Numbers worth scanning first

FY26 vs FY25

Revenue

$22.5m

+17.9% ↑ vs $19.1m

EBITDA

$5.7m

+22.9% ↑ vs $4.7m

Net profit after tax

$2.8m

+21.7% ↑ vs $2.3m

Net cash inflow from operating activities

$4m

+8.9% ↑ vs $3.7m

Full-year dividend per share

8.0c

-45.6% ↓ vs 14.7c

Profit before tax

$4.4m

+25.7% ↑ vs $3.5m

Cash and cash equivalents

$2.9m

+11.8% ↑ vs $2.6m

Total assets

$13.2m

+20.5% ↑ vs $11m

What changed

Revenue rose 17.9% to $22.5m, with profit before tax up 25.7% to $4.4m and NPAT attributable to shareholders up 21.7% to $2.8m

Aged Medical Care (ARC) did almost all of the heavy lifting: ARC revenue grew to $14.9m and lifted to 66.3% of group revenue from 61.6%, while the Community GP business rose only 3.2% to $7.6m. Effective tax rate was stable at 29.4% versus 29.2%, so the operating read is genuinely PBT-led rather than tax-flattered.

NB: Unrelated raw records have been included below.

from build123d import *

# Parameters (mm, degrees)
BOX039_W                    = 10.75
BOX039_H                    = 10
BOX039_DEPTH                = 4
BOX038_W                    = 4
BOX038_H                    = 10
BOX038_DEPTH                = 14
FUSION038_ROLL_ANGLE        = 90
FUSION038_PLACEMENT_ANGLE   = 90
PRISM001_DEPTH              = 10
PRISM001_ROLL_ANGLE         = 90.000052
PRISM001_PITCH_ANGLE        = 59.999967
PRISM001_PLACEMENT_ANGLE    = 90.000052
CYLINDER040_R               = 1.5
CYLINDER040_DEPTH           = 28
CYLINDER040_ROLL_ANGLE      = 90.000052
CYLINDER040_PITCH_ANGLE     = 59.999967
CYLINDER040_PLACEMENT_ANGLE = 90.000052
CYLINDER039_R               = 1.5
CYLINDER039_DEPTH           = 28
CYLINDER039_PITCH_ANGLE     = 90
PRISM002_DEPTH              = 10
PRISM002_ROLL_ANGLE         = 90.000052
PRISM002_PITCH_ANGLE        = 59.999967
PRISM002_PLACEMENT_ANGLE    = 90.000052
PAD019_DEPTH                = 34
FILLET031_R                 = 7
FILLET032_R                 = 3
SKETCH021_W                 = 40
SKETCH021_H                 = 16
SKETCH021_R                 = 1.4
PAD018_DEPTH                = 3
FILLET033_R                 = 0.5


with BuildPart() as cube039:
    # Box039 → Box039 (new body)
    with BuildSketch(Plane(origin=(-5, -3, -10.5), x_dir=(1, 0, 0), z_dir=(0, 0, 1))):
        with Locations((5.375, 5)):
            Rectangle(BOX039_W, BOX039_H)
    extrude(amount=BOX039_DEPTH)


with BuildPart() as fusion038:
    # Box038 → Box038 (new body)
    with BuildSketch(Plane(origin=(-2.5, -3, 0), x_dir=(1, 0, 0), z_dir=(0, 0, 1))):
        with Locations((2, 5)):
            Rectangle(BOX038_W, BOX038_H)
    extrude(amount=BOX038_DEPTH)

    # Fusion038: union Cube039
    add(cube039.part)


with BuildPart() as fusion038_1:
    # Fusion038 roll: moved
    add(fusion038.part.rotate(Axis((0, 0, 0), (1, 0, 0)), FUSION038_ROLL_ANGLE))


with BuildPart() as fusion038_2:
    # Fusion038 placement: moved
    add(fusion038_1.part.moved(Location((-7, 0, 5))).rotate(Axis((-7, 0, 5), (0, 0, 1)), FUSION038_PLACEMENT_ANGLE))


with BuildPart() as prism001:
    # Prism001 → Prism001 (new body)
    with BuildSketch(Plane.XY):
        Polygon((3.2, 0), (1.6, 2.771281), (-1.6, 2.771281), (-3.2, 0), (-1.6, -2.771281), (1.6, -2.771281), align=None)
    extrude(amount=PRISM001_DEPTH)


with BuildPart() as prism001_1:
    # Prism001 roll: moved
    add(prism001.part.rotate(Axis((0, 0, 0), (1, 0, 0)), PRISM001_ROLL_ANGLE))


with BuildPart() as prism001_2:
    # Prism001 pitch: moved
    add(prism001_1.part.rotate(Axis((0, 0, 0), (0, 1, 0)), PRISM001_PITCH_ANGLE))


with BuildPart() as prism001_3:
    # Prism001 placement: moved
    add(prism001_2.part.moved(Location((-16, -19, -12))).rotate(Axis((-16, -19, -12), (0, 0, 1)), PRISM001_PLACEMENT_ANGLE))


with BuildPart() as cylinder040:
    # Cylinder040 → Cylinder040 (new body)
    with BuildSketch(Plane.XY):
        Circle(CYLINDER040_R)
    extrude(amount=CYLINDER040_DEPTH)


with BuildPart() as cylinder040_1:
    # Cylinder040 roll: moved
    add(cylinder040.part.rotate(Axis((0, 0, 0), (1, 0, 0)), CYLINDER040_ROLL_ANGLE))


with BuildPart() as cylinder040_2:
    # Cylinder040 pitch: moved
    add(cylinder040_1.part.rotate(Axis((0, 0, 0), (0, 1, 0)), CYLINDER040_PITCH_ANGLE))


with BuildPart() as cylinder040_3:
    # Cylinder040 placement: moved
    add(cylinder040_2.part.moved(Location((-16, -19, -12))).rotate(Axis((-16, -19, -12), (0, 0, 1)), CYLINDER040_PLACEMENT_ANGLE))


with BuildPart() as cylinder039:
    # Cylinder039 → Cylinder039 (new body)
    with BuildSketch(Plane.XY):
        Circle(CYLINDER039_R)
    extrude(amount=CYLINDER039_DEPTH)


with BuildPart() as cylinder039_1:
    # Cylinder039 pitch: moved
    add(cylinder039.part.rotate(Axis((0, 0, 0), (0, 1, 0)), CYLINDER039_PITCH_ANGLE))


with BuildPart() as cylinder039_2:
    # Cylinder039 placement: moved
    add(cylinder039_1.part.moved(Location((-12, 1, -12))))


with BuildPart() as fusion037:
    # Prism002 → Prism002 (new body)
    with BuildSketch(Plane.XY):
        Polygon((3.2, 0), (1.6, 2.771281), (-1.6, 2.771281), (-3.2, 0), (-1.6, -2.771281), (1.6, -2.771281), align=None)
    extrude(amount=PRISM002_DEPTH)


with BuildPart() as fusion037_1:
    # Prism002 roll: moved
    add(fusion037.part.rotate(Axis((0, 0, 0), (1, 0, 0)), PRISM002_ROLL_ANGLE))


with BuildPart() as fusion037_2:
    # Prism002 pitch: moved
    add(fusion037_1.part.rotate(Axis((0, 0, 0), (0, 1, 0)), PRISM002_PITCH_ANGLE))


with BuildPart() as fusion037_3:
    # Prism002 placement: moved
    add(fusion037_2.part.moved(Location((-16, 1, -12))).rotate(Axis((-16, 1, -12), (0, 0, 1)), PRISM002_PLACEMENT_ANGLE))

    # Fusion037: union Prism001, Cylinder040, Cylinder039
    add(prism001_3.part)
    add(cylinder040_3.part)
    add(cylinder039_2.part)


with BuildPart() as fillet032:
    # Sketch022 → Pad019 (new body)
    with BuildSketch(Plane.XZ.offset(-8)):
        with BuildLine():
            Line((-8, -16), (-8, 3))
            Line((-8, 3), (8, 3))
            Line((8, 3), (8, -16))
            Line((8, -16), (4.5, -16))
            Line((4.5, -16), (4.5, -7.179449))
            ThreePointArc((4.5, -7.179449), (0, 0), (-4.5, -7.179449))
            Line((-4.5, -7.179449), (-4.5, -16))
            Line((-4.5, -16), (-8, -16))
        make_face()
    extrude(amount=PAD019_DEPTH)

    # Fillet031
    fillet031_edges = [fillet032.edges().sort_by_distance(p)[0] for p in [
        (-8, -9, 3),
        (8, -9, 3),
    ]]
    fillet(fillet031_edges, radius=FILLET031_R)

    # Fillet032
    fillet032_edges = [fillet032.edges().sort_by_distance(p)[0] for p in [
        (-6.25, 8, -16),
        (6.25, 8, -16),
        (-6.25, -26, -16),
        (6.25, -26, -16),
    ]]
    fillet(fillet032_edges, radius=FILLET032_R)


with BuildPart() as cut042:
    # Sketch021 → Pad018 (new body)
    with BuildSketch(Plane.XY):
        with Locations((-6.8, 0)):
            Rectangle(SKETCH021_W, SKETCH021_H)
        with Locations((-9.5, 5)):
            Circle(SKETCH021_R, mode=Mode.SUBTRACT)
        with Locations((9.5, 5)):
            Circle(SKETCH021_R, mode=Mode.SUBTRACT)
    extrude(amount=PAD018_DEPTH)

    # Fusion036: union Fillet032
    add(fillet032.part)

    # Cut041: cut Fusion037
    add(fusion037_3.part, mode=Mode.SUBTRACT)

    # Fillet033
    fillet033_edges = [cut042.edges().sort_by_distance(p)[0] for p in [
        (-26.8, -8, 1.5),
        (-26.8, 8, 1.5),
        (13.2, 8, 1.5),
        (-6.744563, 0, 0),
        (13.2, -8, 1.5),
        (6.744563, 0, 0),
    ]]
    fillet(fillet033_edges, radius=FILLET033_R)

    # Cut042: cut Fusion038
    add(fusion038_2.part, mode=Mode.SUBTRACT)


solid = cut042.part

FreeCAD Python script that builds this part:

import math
import FreeCAD as App
import Part
import Sketcher

V = App.Vector
Q = App.Units.Quantity


def edges_at(feature, points):
    """Names of the edges that pass closest to the given points."""
    edges = feature.Shape.Edges
    near = lambda p: min(range(len(edges)), key=lambda i: edges[i].distToShape(Part.Vertex(*p))[0])
    return sorted({f"Edge{near(p) + 1}" for p in points})

doc = App.newDocument("Part")
params = doc.addObject("Spreadsheet::Sheet", "Params")
for row, (alias, value) in enumerate([
    ("sketch1_height", "10 mm"),
    ("sketch1_width", "10.75 mm"),
    ("pad1_length", "4 mm"),
    ("sketch2_width", "4 mm"),
    ("sketch2_height", "10 mm"),
    ("pad2_length", "14 mm"),
    ("sketch3_width", "3.2 mm"),
    ("sketch3_length", "3.2 mm"),
    ("pad3_length", "10 mm"),
    ("sketch4_diameter", "3 mm"),
    ("pad4_length", "28 mm"),
    ("sketch5_diameter", "3 mm"),
    ("pad5_length", "28 mm"),
    ("sketch6_width", "3.2 mm"),
    ("sketch6_length", "3.2 mm"),
    ("pad6_length", "10 mm"),
    ("sketch7_radius", "5 mm"),
    ("sketch7_width", "16 mm"),
    ("sketch7_height", "19 mm"),
    ("sketch7_width2", "3.5 mm"),
    ("pad7_length", "34 mm"),
    ("fillet_radius", "7 mm"),
    ("fillet2_radius", "3 mm"),
    ("sketch8_diameter", "2.8 mm"),
    ("sketch8_width", "40 mm"),
    ("sketch8_height", "16 mm"),
    ("pad8_length", "3 mm"),
    ("fillet3_radius", "0.5 mm"),
], start=1):
    params.set(f"A{row}", alias)
    params.set(f"B{row}", "=" + value)
    params.setAlias(f"B{row}", alias)

body = doc.addObject("PartDesign::Body", "Body")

Two non-operating signals stand out. Cash conversion (OCF/EBITDA) eased to 70.1% from 79.1% as operating cash flow grew just 8.9% against 22.9% EBITDA growth. And the declared full-year dividend stepped down to 8.0c per share from 14.71c, taking the NPAT payout ratio from 62.8% to 28.2% — a clear policy reset rather than a marginal adjustment.

What matters

ARC is now the centre of gravity, on lower headline margins

Aged-care revenue grew while segment margin moved only modestly (to 24.4% from 24.0%), and the Executive Chairman's letter explicitly frames a deliberate trade of short-term margin for workforce retention, capability and digital build. This matters because group margin durability now depends on a segment being actively reinvested in, not optimised.

Cash conversion deteriorated meaningfully even though absolute cash flow rose. OCF grew $0.3m on $1.1m of EBITDA growth, implying around $0.9m of incremental earnings did not convert. With capex still negligible at 0.4% of revenue, FCF/NPAT remained strong at 139.8%, but the gap between EBITDA growth and OCF growth is the type of slippage that compounds if working capital does not unwind.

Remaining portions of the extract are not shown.